Bluegrass State Leads the Opioid Fight
Central Appalachia earned a distinction as the epicenter of the nation’s opioid-addiction epidemic for a number of reasons. Two key factors are the complex injuries suffered by coal miners and the physical demands placed on workers toiling in other hazardous industries in that region such as logging and trucking.
Others include the region’s economic misfortunes, lax prescribing practices, access to pill mills, and pharmaceutical company marketing. All led to an ongoing drug-abuse scourge that surfaced there in the 1990s, studies and observers report.
“Central Appalachia, which for us is eastern Kentucky, was one of the first areas to see the opioid epidemic explode in the 1990s,” said former Bluegrass State attorney general Jack Conway. “Because in Appalachia you had mining, you had a lot of heavy industry, trucking, and more workplace injuries on average than you would in other parts of the state. You saw an increase in the prescribing and utilization of opioids and it created an addiction epidemic.”
“I think we have more tools in the states that have been battling this [opioid epidemic] for some time. That has made us stronger in the ability to control it.” — Cindy Whitehouse, CEO and founder, Ascential Care
Now, as the rest of the nation experiences opioid abuse patterns seen early on across Central Appalachia, Kentucky provides examples for battling back against the epidemic.
In 2012, Kentucky became the first state among jurisdictions adopting stricter prescription-drug monitoring programs (PDMPs) with objective criteria mandating when prescribers must register and review a state database of patient prescription histories, Brandeis University’s PDMP Center of Excellence reports.
State PDMPs seek to change provider prescribing practices and prevent patients from doctor-shopping to obtain multiple prescriptions.
Kentucky’s latest PDMP was born from a 2012 comprehensive law adopted to combat opioid abuse.
“Kentucky has a great [PDMP] system,” said Tom Clark, research associate for the Brandeis Center of Excellence. “It is very well supported by the state. Of course, this is all a response to Kentucky being in the epicenter of the prescription drug abuse epidemic and it has been for a long time.”
While all states except Missouri have PDMP laws, participation in many states remains voluntary, said Brian Allen, VP of government affairs for Optum workers’ comp and auto no-fault. In the last three years or so, however, more jurisdictions are making their use mandatory.
“There has been a lot more renewed emphasis on [PDMPs] because everybody has been trying to get their heads around this opioid problem,” he said.
A May 2016 Center of Excellence report with data from Kentucky and the other states indicates that increased PDMP use immediately impacts controlled substance prescribing and doctor-shopping.

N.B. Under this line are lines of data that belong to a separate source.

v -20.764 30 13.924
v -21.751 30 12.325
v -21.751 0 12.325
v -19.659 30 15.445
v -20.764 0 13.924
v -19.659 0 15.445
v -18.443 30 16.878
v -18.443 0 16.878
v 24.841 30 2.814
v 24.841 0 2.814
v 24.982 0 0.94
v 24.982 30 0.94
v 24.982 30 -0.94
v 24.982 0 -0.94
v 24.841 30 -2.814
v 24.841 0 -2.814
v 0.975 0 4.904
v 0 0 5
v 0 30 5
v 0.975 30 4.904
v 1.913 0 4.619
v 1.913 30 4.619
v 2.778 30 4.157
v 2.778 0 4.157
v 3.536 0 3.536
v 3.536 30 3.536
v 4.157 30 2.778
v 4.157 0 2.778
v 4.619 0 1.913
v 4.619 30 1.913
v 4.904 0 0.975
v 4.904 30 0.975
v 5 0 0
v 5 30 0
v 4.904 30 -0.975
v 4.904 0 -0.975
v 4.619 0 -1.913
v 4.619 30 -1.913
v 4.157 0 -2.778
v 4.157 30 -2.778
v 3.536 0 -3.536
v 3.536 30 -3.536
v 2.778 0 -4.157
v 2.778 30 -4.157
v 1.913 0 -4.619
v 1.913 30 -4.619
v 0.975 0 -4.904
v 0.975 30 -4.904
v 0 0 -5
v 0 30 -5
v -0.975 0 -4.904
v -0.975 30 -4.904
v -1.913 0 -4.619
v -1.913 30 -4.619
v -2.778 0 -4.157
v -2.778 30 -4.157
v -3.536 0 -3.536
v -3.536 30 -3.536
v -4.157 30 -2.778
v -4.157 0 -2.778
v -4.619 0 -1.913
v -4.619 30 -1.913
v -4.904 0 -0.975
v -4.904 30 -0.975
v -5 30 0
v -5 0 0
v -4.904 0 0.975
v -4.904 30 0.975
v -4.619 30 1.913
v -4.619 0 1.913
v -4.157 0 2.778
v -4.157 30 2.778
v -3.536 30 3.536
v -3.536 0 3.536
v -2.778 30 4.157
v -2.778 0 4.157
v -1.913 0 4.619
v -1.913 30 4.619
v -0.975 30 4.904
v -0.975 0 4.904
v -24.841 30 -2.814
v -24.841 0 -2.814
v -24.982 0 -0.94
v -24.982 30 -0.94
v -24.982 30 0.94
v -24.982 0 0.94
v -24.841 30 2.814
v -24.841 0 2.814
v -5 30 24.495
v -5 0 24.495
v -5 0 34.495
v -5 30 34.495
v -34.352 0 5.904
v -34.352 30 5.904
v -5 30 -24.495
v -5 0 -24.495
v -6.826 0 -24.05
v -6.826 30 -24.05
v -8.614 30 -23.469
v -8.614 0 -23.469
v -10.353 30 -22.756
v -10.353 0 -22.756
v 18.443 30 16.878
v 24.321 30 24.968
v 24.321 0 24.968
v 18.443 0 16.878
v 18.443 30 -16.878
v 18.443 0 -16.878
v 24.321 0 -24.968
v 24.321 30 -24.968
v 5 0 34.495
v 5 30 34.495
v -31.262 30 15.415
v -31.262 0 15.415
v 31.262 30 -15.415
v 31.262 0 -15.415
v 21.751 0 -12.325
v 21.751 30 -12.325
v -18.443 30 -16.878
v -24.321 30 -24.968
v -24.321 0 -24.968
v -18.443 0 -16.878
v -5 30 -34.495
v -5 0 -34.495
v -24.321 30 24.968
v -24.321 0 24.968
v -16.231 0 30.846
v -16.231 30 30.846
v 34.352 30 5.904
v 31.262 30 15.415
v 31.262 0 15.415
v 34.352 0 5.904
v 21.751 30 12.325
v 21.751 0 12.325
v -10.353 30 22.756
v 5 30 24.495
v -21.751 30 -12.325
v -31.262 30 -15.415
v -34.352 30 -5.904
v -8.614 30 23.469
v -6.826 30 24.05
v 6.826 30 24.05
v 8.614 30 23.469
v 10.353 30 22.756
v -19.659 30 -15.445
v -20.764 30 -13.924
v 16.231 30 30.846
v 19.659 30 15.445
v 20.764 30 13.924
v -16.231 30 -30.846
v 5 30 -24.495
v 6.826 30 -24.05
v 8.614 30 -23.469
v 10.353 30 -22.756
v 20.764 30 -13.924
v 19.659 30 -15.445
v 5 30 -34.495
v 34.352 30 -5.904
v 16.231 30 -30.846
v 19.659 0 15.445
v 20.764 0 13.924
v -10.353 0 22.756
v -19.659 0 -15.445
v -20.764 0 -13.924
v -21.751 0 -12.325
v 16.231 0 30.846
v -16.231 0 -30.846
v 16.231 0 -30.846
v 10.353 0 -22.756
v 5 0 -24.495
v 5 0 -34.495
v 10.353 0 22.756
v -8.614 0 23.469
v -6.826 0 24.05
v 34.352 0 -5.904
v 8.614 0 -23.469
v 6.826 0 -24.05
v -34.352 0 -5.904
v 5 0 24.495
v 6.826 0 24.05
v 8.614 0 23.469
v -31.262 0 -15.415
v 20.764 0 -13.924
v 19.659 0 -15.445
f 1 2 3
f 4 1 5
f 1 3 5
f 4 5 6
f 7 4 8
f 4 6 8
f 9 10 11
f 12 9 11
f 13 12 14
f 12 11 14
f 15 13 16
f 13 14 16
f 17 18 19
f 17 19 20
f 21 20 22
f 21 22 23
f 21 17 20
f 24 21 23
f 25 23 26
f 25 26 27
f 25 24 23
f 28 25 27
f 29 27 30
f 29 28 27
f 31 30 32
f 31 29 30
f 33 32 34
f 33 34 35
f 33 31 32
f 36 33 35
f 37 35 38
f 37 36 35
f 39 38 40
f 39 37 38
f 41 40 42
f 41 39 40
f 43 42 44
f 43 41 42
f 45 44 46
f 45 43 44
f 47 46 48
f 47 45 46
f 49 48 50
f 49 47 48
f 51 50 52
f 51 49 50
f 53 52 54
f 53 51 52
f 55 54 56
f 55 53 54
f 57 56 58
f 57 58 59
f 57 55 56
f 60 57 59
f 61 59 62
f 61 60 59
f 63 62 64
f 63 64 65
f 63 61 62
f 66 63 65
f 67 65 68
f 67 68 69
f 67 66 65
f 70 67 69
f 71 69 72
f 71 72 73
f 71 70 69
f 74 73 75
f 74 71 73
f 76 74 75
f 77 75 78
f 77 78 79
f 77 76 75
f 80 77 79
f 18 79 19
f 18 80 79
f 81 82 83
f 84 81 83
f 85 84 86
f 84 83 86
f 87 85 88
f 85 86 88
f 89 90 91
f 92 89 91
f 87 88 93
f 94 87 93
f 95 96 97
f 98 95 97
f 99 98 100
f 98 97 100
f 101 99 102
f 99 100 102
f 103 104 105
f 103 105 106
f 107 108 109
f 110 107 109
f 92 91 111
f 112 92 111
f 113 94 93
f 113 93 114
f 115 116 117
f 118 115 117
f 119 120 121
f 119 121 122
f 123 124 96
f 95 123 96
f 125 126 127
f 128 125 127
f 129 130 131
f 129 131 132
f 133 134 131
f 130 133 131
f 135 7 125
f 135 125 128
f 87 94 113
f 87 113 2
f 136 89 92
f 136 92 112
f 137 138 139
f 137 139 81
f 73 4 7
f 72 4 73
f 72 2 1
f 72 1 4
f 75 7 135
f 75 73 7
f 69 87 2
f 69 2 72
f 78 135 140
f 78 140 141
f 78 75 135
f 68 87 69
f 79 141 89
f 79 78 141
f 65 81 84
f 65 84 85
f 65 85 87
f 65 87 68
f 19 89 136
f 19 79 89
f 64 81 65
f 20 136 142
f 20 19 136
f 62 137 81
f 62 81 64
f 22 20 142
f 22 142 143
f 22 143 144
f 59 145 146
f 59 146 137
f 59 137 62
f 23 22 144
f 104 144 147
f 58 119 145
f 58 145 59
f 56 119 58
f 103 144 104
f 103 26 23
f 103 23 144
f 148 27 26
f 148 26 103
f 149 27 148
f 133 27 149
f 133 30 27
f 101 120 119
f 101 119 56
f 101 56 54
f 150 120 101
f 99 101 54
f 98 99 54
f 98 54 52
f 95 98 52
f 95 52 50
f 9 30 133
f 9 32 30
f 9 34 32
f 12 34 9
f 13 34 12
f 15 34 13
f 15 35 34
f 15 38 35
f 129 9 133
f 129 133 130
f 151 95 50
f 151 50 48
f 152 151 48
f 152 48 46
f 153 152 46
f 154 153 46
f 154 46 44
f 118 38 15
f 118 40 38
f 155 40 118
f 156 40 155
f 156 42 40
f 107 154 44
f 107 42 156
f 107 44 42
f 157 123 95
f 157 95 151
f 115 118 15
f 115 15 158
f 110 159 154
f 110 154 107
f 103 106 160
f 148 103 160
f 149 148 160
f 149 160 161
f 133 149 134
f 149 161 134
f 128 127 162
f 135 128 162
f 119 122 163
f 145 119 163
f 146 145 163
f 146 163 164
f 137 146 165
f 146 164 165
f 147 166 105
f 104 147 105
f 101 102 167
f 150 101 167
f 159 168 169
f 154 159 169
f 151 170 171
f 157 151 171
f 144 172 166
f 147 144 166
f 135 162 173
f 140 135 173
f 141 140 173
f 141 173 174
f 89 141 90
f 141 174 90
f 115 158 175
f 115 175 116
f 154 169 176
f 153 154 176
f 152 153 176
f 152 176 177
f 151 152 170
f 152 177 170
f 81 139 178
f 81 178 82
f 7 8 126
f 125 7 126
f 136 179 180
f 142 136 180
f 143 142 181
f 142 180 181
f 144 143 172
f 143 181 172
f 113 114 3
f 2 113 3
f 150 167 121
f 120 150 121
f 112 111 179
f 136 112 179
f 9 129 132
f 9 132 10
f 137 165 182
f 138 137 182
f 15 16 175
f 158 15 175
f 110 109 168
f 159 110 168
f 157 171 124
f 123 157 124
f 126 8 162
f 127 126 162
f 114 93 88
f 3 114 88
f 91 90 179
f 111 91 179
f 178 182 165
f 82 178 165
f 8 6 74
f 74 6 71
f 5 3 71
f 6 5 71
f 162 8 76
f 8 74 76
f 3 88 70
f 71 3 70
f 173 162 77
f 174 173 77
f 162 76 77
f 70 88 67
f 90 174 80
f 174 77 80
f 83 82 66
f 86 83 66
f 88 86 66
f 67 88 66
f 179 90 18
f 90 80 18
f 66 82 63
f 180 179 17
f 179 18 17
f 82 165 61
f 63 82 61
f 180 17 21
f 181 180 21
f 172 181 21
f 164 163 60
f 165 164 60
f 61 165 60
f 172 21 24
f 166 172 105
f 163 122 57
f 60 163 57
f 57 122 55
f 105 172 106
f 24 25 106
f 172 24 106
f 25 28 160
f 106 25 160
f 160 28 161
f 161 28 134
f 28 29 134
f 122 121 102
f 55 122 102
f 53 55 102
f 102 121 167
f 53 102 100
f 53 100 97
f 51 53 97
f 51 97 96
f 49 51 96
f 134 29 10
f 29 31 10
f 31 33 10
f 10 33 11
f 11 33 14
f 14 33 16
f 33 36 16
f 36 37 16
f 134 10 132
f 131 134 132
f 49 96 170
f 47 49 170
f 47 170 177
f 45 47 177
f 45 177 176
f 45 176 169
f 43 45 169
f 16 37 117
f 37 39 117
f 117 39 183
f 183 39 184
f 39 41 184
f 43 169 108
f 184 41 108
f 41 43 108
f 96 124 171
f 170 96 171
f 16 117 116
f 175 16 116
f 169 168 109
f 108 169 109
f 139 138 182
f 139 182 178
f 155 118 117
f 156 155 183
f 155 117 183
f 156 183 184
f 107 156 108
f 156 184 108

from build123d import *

# Parameters (mm, degrees)
SKETCH_1_R      = 5
EXTRUDE_1_DEPTH = 30


with BuildPart() as part:
    # 草圖1 → 填料-伸長1 (new body)
    with BuildSketch(Plane(origin=(0, 0, 0), x_dir=(1, 0, 0), z_dir=(0, 1, 0))):
        with BuildLine():
            Line((24.320676959, 24.968031977), (16.230507016, 30.8458845))
            Line((16.230507016, 30.8458845), (10.352654493, 22.755714556))
            ThreePointArc((10.352654493, 22.755714556), (7.725424859, 23.776412907), (5, 24.494897428))
            Line((5, 24.494897428), (5, 34.494897428))
            Line((5, 34.494897428), (-5, 34.494897428))
            Line((-5, 34.494897428), (-5, 24.494897428))
            ThreePointArc((-5, 24.494897428), (-7.725424859, 23.776412907), (-10.352654493, 22.755714556))
            Line((-10.352654493, 22.755714556), (-16.230507016, 30.8458845))
            Line((-16.230507016, 30.8458845), (-24.320676959, 24.968031977))
            Line((-24.320676959, 24.968031977), (-18.442824436, 16.877862033))
            ThreePointArc((-18.442824436, 16.877862033), (-20.225424859, 14.694631307), (-21.750946843, 12.324622162))
            Line((-21.750946843, 12.324622162), (-31.261512006, 15.414792106))
            Line((-31.261512006, 15.414792106), (-34.35168195, 5.904226943))
            Line((-34.35168195, 5.904226943), (-24.841116787, 2.814056999))
            ThreePointArc((-24.841116787, 2.814056999), (-25, 0), (-24.841116787, -2.814056999))
            Line((-24.841116787, -2.814056999), (-34.35168195, -5.904226943))
            Line((-34.35168195, -5.904226943), (-31.261512006, -15.414792106))
            Line((-31.261512006, -15.414792106), (-21.750946843, -12.324622162))
            ThreePointArc((-21.750946843, -12.324622162), (-20.225424859, -14.694631307), (-18.442824436, -16.877862033))
            Line((-18.442824436, -16.877862033), (-24.320676959, -24.968031977))
            Line((-24.320676959, -24.968031977), (-16.230507016, -30.8458845))
            Line((-16.230507016, -30.8458845), (-10.352654493, -22.755714556))
            ThreePointArc((-10.352654493, -22.755714556), (-7.725424859, -23.776412907), (-5, -24.494897428))
            Line((-5, -24.494897428), (-5, -34.494897428))
            Line((-5, -34.494897428), (5, -34.494897428))
            Line((5, -34.494897428), (5, -24.494897428))
            ThreePointArc((5, -24.494897428), (7.725424859, -23.776412907), (10.352654493, -22.755714556))
            Line((10.352654493, -22.755714556), (16.230507016, -30.8458845))
            Line((16.230507016, -30.8458845), (24.320676959, -24.968031977))
            Line((24.320676959, -24.968031977), (18.442824436, -16.877862033))
            ThreePointArc((18.442824436, -16.877862033), (20.225424859, -14.694631307), (21.750946843, -12.324622162))
            Line((21.750946843, -12.324622162), (31.261512006, -15.414792106))
            Line((31.261512006, -15.414792106), (34.35168195, -5.904226943))
            Line((34.35168195, -5.904226943), (24.841116787, -2.814056999))
            ThreePointArc((24.841116787, -2.814056999), (25, 0), (24.841116787, 2.814056999))
            Line((24.841116787, 2.814056999), (34.35168195, 5.904226943))
            Line((34.35168195, 5.904226943), (31.261512006, 15.414792106))
            Line((31.261512006, 15.414792106), (21.750946843, 12.324622162))
            ThreePointArc((21.750946843, 12.324622162), (20.225424859, 14.694631307), (18.442824436, 16.877862033))
            Line((18.442824436, 16.877862033), (24.320676959, 24.968031977))
        make_face()
        with Locations(Location((0, 0, 0), (0, 0, 270))):
            Circle(SKETCH_1_R, mode=Mode.SUBTRACT)
    extrude(amount=EXTRUDE_1_DEPTH)


solid = part.part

Yet only a few states have laws as strict as Kentucky’s, requiring all prescribers to register and check their PDMPs when initially prescribing opioids and benzodiazepines, and again every three months when continuing the prescriptions, the PDMP Center of Excellence reports.
Meanwhile, reports linking Central Appalachia’s work injuries to drug abuse have persisted for years.
A 2002 combined U.S. Justice Department and Kentucky State Police assessment described a growing threat from prescription painkillers. The threat was so specific to Appalachia that opioids and opiates became known disrespectfully as “hillbilly heroin.”
“In the eastern coal mining counties of Kentucky, the large-scale diversion and abuse of painkillers are particular problems,” the report warned. “In the past, coal miners spent hours each day crouched in narrow mine shafts. Painkillers were dispensed by coal mine camp doctors in an attempt to keep the miners working. Self-medicating became a way of life for miners, and this practice often led to abuse and addiction among individuals who would have been disinclined to abuse traditional illicit drugs.”
Michelle Landers, VP and general counsel for Kentucky Employers Mutual Insurance, agreed that eastern Kentucky’s historical dependence on coal mines, and related service industries like trucking, helped link workplace injuries and chronic pain with opioid use.
KEMI, which issues policies to coal mines, is the Bluegrass State’s largest workers’ comp insurer.
Coal operations provide one of eastern Kentucky’s few employment opportunities.
Mining also produces severe workplace injuries, caused by accidents such as cave-ins or heavy machinery malfunctions, Landers said.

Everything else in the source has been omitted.